A configuração mais forte faz ambos em conjunto: uma cadência orgânica constante que continua a provar que pins merecem orçamento, e promoção segmentada por trás dos comprovados. Esse ritmo é exatamente para o que serve um agendador. Com o SocialKit podes planear e colocar em fila os teus pins orgânicos do Pinterest a par das outras dez redes onde publicas — Instagram, TikTok, YouTube, Facebook, LinkedIn, X, Threads, Bluesky, Mastodon e Google Business — a partir de um calendário partilhado, para que o motor de conteúdo que alimenta a tua conta de anúncios nunca pare. Mantém a fila orgânica cheia, observa que pins ganham saves, e promove os vencedores.

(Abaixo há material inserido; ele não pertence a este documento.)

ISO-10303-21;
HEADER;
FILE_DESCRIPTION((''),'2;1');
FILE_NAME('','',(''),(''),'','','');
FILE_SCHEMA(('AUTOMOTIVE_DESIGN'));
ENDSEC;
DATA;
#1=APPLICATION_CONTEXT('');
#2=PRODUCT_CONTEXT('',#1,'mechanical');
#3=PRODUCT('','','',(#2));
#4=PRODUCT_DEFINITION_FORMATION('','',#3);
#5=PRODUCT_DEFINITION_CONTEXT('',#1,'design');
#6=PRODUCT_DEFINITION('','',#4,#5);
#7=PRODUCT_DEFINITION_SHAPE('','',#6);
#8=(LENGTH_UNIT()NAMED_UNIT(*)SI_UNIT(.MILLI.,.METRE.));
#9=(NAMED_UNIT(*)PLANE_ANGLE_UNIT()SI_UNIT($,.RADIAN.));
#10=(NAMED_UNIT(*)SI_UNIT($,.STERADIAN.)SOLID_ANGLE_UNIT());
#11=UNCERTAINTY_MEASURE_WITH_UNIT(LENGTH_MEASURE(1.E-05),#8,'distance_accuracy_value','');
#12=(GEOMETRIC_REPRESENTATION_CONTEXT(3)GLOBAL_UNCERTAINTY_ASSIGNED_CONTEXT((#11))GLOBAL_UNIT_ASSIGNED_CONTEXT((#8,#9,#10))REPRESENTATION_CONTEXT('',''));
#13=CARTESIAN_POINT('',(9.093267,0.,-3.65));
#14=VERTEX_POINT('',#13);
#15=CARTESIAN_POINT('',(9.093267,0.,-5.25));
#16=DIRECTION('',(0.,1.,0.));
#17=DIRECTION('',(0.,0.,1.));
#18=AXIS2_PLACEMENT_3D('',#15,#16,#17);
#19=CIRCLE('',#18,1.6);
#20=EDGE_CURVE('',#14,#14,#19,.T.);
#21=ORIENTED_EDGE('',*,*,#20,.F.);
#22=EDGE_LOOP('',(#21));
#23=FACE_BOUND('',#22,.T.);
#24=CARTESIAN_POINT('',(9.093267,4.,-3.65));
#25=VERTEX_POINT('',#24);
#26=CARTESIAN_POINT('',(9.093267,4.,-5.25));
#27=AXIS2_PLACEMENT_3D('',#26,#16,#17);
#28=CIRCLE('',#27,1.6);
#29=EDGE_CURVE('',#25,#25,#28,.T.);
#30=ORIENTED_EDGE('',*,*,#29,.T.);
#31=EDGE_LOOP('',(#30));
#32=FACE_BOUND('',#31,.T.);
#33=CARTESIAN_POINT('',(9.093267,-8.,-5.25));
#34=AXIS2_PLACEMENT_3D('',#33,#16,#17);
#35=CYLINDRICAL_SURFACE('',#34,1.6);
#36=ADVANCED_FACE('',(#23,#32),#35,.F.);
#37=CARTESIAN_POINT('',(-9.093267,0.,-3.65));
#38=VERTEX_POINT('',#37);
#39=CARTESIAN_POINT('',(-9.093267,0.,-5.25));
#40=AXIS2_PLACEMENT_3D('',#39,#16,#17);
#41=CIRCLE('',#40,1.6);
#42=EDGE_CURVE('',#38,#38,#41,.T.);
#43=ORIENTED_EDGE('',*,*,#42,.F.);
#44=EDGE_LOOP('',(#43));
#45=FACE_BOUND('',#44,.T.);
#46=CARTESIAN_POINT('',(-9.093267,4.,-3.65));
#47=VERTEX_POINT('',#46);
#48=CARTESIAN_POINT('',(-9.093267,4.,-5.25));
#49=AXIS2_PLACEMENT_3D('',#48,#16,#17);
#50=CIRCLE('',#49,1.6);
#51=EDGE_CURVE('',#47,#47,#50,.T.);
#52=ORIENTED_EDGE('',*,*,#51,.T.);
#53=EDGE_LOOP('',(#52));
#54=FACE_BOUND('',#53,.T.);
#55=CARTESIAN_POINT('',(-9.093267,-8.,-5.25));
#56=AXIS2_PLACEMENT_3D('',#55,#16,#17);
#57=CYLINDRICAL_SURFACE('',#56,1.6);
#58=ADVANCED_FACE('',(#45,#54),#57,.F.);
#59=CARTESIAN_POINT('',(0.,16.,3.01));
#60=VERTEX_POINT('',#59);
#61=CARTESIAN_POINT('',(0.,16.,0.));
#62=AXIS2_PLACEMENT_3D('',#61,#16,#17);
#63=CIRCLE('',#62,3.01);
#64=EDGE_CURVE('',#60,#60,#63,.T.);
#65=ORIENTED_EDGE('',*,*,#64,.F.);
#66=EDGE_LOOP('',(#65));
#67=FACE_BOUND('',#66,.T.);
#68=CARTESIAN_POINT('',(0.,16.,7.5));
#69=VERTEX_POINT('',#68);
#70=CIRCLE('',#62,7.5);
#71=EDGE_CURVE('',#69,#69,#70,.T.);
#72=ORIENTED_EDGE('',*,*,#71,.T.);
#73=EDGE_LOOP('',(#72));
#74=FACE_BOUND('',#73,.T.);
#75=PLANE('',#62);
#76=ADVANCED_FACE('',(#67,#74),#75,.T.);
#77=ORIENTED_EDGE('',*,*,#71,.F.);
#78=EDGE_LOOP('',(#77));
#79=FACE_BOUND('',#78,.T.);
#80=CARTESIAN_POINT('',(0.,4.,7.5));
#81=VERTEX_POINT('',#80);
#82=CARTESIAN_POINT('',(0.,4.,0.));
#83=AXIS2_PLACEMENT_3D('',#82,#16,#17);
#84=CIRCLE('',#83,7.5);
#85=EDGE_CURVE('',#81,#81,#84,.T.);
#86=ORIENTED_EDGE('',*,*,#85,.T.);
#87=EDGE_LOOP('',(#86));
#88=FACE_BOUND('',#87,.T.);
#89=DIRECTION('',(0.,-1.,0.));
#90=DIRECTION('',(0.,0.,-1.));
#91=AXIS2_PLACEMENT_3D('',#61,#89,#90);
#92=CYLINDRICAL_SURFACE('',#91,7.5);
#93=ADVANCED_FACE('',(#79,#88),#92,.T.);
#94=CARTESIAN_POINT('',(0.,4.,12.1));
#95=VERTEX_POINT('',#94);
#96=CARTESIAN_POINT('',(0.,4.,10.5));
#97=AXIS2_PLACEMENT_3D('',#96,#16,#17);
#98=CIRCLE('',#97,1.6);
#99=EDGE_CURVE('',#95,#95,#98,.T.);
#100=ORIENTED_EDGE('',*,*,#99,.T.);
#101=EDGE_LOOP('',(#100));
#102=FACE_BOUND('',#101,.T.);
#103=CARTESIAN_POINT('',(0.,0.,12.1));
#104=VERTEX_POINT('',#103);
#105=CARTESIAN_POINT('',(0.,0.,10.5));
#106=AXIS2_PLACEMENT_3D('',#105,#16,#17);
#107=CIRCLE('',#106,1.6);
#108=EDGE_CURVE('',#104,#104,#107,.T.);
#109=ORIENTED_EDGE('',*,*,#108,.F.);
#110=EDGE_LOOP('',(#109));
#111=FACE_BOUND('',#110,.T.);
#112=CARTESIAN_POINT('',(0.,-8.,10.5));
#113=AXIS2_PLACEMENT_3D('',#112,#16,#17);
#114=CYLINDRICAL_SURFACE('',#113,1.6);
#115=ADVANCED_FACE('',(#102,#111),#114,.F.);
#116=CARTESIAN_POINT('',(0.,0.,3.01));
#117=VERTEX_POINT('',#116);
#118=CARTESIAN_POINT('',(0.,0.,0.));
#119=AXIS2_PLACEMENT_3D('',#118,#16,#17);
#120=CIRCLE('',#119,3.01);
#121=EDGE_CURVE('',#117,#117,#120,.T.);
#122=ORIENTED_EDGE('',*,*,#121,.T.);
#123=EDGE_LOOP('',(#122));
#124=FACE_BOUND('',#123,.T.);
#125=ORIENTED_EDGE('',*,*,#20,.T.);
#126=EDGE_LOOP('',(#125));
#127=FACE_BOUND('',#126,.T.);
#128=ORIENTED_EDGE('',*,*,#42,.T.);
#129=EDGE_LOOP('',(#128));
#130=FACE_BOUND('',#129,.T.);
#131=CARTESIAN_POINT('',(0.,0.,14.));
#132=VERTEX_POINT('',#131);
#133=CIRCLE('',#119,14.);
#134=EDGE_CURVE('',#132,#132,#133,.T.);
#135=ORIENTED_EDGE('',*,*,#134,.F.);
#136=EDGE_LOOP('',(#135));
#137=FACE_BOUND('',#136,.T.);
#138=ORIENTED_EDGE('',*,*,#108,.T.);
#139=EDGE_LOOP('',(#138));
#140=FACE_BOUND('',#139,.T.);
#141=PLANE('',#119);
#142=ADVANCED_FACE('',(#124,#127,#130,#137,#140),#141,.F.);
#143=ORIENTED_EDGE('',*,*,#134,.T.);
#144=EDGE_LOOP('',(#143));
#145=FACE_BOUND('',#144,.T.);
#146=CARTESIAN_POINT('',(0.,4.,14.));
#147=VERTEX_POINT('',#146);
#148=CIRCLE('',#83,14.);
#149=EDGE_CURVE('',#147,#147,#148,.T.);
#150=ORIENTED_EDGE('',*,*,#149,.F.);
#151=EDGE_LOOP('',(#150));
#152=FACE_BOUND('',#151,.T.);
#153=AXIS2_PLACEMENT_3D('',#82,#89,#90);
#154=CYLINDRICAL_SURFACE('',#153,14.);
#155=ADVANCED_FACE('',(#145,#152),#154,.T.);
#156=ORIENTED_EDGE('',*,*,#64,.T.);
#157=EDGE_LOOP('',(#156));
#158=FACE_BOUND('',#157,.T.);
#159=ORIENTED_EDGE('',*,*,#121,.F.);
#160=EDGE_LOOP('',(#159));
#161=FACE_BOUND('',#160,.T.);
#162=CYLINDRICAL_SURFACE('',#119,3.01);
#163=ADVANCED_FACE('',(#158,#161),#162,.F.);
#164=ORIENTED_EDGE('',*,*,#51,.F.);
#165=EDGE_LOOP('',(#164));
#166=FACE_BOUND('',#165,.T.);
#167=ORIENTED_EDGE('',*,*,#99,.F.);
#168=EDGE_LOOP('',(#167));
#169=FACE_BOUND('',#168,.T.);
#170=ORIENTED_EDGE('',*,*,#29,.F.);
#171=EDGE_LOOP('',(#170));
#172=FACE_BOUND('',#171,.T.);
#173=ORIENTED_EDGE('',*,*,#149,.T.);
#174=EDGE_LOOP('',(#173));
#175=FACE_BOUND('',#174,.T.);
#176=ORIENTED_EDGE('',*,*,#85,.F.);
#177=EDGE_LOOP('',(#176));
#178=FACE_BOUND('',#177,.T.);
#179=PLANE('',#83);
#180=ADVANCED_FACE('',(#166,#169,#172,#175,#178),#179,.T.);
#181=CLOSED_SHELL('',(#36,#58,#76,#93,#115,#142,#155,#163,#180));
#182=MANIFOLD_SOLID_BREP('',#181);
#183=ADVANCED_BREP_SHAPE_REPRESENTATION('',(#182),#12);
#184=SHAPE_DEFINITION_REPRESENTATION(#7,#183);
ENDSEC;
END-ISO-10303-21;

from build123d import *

# Parameters (mm, degrees)
SKETCH2_R           = 14
BOSS_EXTRUDE1_DEPTH = 4
SKETCH3_R           = 7.5
BOSS_EXTRUDE2_DEPTH = 12
SKETCH4_R           = 3.01
CUT_EXTRUDE1_DEPTH  = 17
SKETCH5_R           = 1.6
CUT_EXTRUDE2_DEPTH  = 12


with BuildPart() as part:
    # Sketch2 → Boss-Extrude1 (new body)
    with BuildSketch(Plane(origin=(0, 0, 0), x_dir=(1, 0, 0), z_dir=(0, 1, 0))):
        Circle(SKETCH2_R)
    extrude(amount=BOSS_EXTRUDE1_DEPTH)

    # Sketch3 → Boss-Extrude2 (add)
    with BuildSketch(Plane(origin=(0, 4, 0), x_dir=(1, 0, 0), z_dir=(0, 1, 0))):
        Circle(SKETCH3_R)
    extrude(amount=BOSS_EXTRUDE2_DEPTH)

    # Sketch4 → Cut-Extrude1 (cut, through all)
    with BuildSketch(Plane(origin=(0, 16, 0), x_dir=(1, 0, 0), z_dir=(0, 1, 0))):
        Circle(SKETCH4_R)
    extrude(amount=-CUT_EXTRUDE1_DEPTH, mode=Mode.SUBTRACT)

    # Sketch5 → Cut-Extrude2 (cut)
    with BuildSketch(Plane(origin=(0, 4, 0), x_dir=(1, 0, 0), z_dir=(0, 1, 0))):
        with Locations((0, -10.5)):
            Circle(SKETCH5_R)
        with Locations((9.09326674, 5.25)):
            Circle(SKETCH5_R)
        with Locations((-9.09326674, 5.25)):
            Circle(SKETCH5_R)
    extrude(amount=-CUT_EXTRUDE2_DEPTH, mode=Mode.SUBTRACT)


solid = part.part
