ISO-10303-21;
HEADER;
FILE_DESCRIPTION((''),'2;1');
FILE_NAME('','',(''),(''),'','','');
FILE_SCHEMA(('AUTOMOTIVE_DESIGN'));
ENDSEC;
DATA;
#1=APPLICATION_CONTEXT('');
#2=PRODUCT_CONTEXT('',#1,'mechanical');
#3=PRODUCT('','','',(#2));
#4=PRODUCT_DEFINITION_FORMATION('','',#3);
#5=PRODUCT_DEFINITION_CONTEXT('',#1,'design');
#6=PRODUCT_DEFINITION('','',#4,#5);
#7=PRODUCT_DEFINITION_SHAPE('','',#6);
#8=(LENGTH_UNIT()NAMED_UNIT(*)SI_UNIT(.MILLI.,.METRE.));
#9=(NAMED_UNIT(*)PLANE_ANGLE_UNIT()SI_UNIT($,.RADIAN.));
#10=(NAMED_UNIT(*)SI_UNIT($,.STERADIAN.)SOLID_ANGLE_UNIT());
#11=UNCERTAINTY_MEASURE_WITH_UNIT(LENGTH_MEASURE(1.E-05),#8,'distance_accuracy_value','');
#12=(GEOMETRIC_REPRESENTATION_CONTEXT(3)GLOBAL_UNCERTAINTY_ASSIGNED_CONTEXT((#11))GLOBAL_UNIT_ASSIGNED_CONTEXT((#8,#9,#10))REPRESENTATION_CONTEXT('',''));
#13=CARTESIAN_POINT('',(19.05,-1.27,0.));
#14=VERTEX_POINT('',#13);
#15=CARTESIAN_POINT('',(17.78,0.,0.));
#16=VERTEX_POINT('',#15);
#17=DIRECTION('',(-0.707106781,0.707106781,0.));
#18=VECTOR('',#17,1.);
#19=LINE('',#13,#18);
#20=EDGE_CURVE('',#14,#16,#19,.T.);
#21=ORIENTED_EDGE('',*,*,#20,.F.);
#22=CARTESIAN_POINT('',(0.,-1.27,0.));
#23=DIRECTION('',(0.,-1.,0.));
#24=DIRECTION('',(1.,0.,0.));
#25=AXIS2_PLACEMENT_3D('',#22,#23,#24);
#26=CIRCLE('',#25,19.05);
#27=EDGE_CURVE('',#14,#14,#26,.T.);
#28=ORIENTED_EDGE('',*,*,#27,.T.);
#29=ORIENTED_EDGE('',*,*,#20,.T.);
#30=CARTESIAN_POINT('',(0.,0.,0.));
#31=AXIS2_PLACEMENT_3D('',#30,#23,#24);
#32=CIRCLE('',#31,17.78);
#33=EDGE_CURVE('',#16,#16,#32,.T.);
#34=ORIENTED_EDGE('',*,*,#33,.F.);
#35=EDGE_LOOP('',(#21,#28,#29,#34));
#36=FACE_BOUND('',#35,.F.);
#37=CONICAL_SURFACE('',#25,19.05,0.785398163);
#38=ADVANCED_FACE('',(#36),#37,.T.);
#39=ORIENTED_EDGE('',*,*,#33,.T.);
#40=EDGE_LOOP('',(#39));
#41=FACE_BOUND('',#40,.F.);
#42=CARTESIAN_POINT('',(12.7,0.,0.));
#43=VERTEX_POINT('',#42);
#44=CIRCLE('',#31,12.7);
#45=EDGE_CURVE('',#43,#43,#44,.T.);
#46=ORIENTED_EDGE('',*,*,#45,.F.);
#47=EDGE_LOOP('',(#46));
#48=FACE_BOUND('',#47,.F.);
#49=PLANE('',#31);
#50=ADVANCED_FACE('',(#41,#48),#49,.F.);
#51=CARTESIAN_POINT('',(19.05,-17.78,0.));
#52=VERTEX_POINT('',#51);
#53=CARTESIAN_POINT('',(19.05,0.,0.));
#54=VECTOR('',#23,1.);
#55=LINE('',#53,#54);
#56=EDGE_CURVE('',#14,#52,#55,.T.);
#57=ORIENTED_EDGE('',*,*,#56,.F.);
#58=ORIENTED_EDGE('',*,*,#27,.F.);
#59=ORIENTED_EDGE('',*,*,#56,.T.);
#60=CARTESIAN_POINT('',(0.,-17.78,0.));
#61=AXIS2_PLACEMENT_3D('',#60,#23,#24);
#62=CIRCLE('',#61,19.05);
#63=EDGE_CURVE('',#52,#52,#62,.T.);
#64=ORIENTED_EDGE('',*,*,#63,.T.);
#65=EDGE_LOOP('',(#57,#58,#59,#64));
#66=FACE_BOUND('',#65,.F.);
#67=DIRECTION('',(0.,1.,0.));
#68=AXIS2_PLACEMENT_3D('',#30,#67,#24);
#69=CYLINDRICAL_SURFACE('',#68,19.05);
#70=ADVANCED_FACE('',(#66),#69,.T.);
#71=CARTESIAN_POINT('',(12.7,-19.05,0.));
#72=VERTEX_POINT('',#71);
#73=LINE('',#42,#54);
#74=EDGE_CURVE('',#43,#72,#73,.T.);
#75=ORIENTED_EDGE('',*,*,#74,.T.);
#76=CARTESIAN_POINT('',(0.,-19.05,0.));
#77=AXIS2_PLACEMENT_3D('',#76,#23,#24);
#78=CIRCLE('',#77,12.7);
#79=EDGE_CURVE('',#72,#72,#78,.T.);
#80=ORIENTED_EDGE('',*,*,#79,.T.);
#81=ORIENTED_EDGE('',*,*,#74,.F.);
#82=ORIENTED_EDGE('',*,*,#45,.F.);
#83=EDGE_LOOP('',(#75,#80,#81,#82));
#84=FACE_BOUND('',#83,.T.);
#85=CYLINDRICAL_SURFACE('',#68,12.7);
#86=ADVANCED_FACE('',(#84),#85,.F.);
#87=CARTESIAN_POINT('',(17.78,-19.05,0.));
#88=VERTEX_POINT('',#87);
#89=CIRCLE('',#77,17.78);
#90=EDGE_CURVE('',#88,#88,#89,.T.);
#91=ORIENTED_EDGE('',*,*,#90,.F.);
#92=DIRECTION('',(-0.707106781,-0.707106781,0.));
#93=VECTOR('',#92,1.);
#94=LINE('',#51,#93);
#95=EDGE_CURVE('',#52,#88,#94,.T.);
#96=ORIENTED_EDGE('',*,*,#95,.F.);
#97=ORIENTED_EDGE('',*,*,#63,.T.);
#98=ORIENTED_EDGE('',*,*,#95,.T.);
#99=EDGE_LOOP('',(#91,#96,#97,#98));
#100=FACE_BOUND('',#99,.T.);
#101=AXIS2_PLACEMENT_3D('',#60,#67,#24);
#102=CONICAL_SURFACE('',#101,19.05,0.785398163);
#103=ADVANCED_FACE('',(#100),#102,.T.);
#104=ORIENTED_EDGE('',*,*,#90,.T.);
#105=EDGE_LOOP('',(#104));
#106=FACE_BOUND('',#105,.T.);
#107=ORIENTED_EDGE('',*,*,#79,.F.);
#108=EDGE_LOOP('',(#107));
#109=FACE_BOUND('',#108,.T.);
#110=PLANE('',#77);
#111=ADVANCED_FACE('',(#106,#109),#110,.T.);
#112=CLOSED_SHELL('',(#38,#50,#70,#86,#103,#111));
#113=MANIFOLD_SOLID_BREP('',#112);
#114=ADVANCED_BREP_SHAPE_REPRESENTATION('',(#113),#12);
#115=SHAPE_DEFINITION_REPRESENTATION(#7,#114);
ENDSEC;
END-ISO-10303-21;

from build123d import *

# Parameters (mm, degrees)
F0_R     = 19.05
F0_R_2   = 12.7
F1_DEPTH = 19.05
F2_SIZE  = 1.27


with BuildPart() as f1:
    # F0 (on Front) → F1 (new body)
    with BuildSketch(Plane.XZ):
        Circle(F0_R)
        Circle(F0_R_2, mode=Mode.SUBTRACT)
    extrude(amount=F1_DEPTH)

    # F2
    f2_edges = [f1.edges().sort_by_distance(p)[0] for p in [
        (-19.05, 0, 0),
        (-19.05, -19.05, 0),
    ]]
    chamfer(f2_edges, length=F2_SIZE)


solid = f1.part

Uma checklist para a primeira campanha

Antes de lançares, percorre isto:

  • Objetivo corresponde à tua meta real (tráfego para a maioria dos iniciantes).
  • Criatividade — a tua criatividade do anúncio é um pin que já ganhou saves orgânicos, dimensionado na vertical, com a proposta de valor legível na própria imagem.
  • Segmentação é um grupo de anúncios de palavras-chave e um grupo de anúncios de retargeting, mantidos separados.
  • Orçamento pequeno o suficiente para sobreviver a uma má semana de aprendizagem, definido para lances automáticos.
  • Tag instalada e a disparar, para que consigas ler conversões e calcular o ROAS.
  • Uma landing page que converta de verdade o clique que pagaste.

Lança, deixa correr pela fase de aprendizagem sem editar em pânico todos os dias, depois lê os resultados face ao ROAS em vez das impressões. Escala o que se paga a si próprio, corta o que não, e alimenta os vencedores de volta na tua rotação orgânica para que a próxima promoção comece de uma base ainda mais forte.

Os Pins Promovidos recompensam a mesma coisa que o Pinterest orgânico recompensa: pins úteis e bem feitos dirigidos a pessoas que já estão à procura do que ofereces. O orçamento apenas os leva lá mais depressa.